> What you are asked to do: A single number is the answer here: the count of lines in the records below in which the word "amount" appears.

[Data entries]
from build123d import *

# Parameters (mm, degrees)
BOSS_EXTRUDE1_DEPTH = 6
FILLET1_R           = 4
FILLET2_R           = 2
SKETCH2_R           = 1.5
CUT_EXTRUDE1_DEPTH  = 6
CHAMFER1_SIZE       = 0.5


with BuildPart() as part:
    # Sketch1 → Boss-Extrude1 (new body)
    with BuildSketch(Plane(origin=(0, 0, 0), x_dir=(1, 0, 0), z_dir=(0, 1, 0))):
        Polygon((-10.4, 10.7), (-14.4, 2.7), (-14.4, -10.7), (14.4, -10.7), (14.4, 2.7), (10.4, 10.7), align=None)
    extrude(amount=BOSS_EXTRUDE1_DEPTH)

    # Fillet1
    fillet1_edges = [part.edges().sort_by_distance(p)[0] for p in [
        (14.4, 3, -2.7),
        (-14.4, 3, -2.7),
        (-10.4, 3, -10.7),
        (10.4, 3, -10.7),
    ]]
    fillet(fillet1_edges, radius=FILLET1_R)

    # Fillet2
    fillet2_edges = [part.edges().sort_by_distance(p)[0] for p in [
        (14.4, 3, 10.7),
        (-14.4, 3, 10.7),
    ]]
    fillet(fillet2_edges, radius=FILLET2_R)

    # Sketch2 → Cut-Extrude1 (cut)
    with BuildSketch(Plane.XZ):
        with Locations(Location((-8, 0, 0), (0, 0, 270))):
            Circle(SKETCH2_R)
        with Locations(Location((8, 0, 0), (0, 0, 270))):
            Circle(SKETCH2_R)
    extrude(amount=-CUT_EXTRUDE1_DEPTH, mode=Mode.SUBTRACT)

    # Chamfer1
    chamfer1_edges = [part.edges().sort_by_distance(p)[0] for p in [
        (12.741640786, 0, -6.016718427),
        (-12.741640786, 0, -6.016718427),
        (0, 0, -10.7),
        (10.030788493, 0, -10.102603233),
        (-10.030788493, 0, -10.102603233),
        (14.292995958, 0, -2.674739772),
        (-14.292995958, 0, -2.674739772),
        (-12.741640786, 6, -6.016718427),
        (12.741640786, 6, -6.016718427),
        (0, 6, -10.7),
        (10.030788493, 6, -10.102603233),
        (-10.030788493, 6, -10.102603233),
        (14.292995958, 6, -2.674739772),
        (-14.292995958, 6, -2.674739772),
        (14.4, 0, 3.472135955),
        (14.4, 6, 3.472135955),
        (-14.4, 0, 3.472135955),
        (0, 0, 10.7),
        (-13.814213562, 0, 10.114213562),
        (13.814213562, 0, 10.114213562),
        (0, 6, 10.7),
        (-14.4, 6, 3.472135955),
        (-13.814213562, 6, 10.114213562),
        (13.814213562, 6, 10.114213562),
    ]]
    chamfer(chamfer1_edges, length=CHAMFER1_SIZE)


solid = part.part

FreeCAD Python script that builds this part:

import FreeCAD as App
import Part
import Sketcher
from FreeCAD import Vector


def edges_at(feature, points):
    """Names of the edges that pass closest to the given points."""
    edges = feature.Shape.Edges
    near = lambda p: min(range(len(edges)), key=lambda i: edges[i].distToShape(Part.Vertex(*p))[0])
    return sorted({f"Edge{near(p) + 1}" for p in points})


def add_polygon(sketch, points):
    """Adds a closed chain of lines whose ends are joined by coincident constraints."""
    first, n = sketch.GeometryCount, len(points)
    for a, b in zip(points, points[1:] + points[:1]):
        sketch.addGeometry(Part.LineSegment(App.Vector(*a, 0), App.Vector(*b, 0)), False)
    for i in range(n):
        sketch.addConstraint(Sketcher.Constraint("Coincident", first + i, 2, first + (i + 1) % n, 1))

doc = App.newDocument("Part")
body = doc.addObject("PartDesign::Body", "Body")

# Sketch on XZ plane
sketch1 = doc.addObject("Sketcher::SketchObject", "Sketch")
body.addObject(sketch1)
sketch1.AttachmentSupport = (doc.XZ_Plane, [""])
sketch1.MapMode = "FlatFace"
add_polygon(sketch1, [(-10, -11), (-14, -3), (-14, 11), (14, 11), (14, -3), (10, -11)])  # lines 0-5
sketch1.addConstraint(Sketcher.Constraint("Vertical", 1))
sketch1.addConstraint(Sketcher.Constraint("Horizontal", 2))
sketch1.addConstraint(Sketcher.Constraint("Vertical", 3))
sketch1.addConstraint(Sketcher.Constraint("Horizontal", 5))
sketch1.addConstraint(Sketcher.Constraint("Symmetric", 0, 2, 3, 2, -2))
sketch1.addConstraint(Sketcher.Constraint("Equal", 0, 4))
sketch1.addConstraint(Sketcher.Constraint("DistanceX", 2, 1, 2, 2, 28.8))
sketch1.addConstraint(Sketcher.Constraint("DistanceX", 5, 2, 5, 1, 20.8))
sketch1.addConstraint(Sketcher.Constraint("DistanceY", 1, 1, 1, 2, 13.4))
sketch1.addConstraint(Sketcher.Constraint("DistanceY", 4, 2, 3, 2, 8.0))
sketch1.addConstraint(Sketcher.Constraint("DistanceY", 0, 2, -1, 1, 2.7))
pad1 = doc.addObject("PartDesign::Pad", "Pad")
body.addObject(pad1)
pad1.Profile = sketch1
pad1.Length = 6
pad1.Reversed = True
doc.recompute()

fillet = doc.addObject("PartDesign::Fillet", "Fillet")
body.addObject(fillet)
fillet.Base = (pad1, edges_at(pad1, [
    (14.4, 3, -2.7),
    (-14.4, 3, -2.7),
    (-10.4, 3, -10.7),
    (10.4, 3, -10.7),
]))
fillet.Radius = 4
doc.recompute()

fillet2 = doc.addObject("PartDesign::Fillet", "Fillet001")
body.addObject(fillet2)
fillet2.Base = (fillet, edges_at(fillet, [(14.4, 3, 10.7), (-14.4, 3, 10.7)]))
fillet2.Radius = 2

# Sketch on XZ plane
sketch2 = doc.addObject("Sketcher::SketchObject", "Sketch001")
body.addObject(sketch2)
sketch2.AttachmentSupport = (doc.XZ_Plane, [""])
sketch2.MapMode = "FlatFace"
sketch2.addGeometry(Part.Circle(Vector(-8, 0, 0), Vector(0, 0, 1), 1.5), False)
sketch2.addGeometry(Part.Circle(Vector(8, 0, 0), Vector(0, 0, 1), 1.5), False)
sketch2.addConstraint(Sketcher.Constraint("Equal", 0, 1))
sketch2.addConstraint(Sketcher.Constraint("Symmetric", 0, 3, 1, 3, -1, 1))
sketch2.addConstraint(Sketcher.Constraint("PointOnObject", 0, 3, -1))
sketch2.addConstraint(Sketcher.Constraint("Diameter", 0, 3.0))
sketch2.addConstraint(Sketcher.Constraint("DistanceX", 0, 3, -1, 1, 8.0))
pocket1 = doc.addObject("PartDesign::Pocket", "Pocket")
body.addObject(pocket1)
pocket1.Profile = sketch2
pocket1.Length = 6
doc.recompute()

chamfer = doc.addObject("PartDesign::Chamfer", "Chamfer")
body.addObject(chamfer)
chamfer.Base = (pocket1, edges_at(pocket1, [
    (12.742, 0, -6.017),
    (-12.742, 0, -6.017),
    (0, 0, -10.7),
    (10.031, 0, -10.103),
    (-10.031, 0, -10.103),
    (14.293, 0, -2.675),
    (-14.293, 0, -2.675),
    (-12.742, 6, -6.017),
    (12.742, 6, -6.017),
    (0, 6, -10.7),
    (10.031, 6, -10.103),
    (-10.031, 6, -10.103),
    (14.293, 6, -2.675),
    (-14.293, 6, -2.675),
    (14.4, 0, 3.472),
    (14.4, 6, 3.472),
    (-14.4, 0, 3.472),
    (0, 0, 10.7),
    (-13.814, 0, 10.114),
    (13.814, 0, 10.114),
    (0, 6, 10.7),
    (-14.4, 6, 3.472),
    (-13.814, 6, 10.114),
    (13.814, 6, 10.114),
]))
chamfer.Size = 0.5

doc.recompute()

> Worked solution: 2